_Task directions_
Line by line, transcribe the material shown below exactly.

_Provided information_

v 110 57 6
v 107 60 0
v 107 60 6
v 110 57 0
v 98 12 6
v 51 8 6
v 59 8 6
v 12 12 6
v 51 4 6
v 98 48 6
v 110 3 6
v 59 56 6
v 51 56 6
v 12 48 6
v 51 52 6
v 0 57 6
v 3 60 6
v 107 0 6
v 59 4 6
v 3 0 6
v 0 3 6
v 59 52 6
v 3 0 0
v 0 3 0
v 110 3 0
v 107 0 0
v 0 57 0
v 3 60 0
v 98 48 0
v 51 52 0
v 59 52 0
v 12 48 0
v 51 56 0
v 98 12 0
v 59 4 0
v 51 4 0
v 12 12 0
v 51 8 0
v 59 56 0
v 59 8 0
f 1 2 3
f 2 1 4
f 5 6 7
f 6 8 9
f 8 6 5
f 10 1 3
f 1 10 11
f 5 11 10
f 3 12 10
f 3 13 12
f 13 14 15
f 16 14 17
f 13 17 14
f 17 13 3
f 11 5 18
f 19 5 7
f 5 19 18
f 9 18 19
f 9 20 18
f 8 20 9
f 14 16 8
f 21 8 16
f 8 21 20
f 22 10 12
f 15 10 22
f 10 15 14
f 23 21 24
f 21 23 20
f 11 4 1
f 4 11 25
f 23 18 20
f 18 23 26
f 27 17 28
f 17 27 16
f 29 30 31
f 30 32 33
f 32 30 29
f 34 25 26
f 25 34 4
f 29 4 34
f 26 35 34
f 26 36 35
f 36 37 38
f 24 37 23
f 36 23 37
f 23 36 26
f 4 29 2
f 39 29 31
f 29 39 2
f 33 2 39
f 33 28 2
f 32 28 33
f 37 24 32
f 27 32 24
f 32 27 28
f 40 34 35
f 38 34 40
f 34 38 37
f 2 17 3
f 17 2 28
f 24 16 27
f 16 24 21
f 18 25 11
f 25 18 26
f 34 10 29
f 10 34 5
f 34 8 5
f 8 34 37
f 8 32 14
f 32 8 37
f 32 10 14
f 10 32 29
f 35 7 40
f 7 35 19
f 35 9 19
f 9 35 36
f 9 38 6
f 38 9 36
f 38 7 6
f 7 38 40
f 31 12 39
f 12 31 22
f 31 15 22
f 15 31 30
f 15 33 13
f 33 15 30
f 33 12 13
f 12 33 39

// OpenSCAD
$fn = 32;

// ----------------------------------------------------------------------
// Frame plate: 110 x 60 frame, 12 mm rails
// ----------------------------------------------------------------------

// --- parameters (mm) ---
plate_l = 110;            // plate length, X
plate_w = 60;             // plate width, Y
plate_t = 6;              // plate thickness, Z (extrusion height)
corner_c = 3;             // corner chamfer
frame_bar = 12;           // frame rail width
slot_l = 8;               // adjustment slot length
slot_w = 4;               // adjustment slot width
fit_tol = 0.05;           // declared fit tolerance (prompt contract)
free_tol = 0.3;           // declared free tolerance (prompt contract)

win_l = plate_l - 2 * frame_bar;  // window length
win_w = plate_w - 2 * frame_bar;  // window width

profile = [[3, 0], [107, 0], [110, 3], [110, 57], [107, 60], [3, 60], [0, 57], [0, 3]];  // primary outline, 8 points, counter clockwise
void_1 = [[12, 12], [98, 12], [98, 48], [12, 48]];  // the window, 4 points
void_2 = [[51, 4], [59, 4], [59, 8], [51, 8]];  // adjustment slot, 4 points
void_3 = [[51, 52], [59, 52], [59, 56], [51, 56]];  // adjustment slot, 4 points

// --- the one profile operation ---
difference() {
  linear_extrude(height = plate_t) polygon(points = profile);
  translate([0, 0, -1])
    linear_extrude(height = plate_t + 2) polygon(points = void_1);
  translate([0, 0, -1])
    linear_extrude(height = plate_t + 2) polygon(points = void_2);
  translate([0, 0, -1])
    linear_extrude(height = plate_t + 2) polygon(points = void_3);
}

_Exercise response_
v 110 57 6
v 107 60 0
v 107 60 6
v 110 57 0
v 98 12 6
v 51 8 6
v 59 8 6
v 12 12 6
v 51 4 6
v 98 48 6
v 110 3 6
v 59 56 6
v 51 56 6
v 12 48 6
v 51 52 6
v 0 57 6
v 3 60 6
v 107 0 6
v 59 4 6
v 3 0 6
v 0 3 6
v 59 52 6
v 3 0 0
v 0 3 0
v 110 3 0
v 107 0 0
v 0 57 0
v 3 60 0
v 98 48 0
v 51 52 0
v 59 52 0
v 12 48 0
v 51 56 0
v 98 12 0
v 59 4 0
v 51 4 0
v 12 12 0
v 51 8 0
v 59 56 0
v 59 8 0
f 1 2 3
f 2 1 4
f 5 6 7
f 6 8 9
f 8 6 5
f 10 1 3
f 1 10 11
f 5 11 10
f 3 12 10
f 3 13 12
f 13 14 15
f 16 14 17
f 13 17 14
f 17 13 3
f 11 5 18
f 19 5 7
f 5 19 18
f 9 18 19
f 9 20 18
f 8 20 9
f 14 16 8
f 21 8 16
f 8 21 20
f 22 10 12
f 15 10 22
f 10 15 14
f 23 21 24
f 21 23 20
f 11 4 1
f 4 11 25
f 23 18 20
f 18 23 26
f 27 17 28
f 17 27 16
f 29 30 31
f 30 32 33
f 32 30 29
f 34 25 26
f 25 34 4
f 29 4 34
f 26 35 34
f 26 36 35
f 36 37 38
f 24 37 23
f 36 23 37
f 23 36 26
f 4 29 2
f 39 29 31
f 29 39 2
f 33 2 39
f 33 28 2
f 32 28 33
f 37 24 32
f 27 32 24
f 32 27 28
f 40 34 35
f 38 34 40
f 34 38 37
f 2 17 3
f 17 2 28
f 24 16 27
f 16 24 21
f 18 25 11
f 25 18 26
f 34 10 29
f 10 34 5
f 34 8 5
f 8 34 37
f 8 32 14
f 32 8 37
f 32 10 14
f 10 32 29
f 35 7 40
f 7 35 19
f 35 9 19
f 9 35 36
f 9 38 6
f 38 9 36
f 38 7 6
f 7 38 40
f 31 12 39
f 12 31 22
f 31 15 22
f 15 31 30
f 15 33 13
f 33 15 30
f 33 12 13
f 12 33 39

// OpenSCAD
$fn = 32;

// ----------------------------------------------------------------------
// Frame plate: 110 x 60 frame, 12 mm rails
// ----------------------------------------------------------------------

// --- parameters (mm) ---
plate_l = 110;            // plate length, X
plate_w = 60;             // plate width, Y
plate_t = 6;              // plate thickness, Z (extrusion height)
corner_c = 3;             // corner chamfer
frame_bar = 12;           // frame rail width
slot_l = 8;               // adjustment slot length
slot_w = 4;               // adjustment slot width
fit_tol = 0.05;           // declared fit tolerance (prompt contract)
free_tol = 0.3;           // declared free tolerance (prompt contract)

win_l = plate_l - 2 * frame_bar;  // window length
win_w = plate_w - 2 * frame_bar;  // window width

profile = [[3, 0], [107, 0], [110, 3], [110, 57], [107, 60], [3, 60], [0, 57], [0, 3]];  // primary outline, 8 points, counter clockwise
void_1 = [[12, 12], [98, 12], [98, 48], [12, 48]];  // the window, 4 points
void_2 = [[51, 4], [59, 4], [59, 8], [51, 8]];  // adjustment slot, 4 points
void_3 = [[51, 52], [59, 52], [59, 56], [51, 56]];  // adjustment slot, 4 points

// --- the one profile operation ---
difference() {
  linear_extrude(height = plate_t) polygon(points = profile);
  translate([0, 0, -1])
    linear_extrude(height = plate_t + 2) polygon(points = void_1);
  translate([0, 0, -1])
    linear_extrude(height = plate_t + 2) polygon(points = void_2);
  translate([0, 0, -1])
    linear_extrude(height = plate_t + 2) polygon(points = void_3);
}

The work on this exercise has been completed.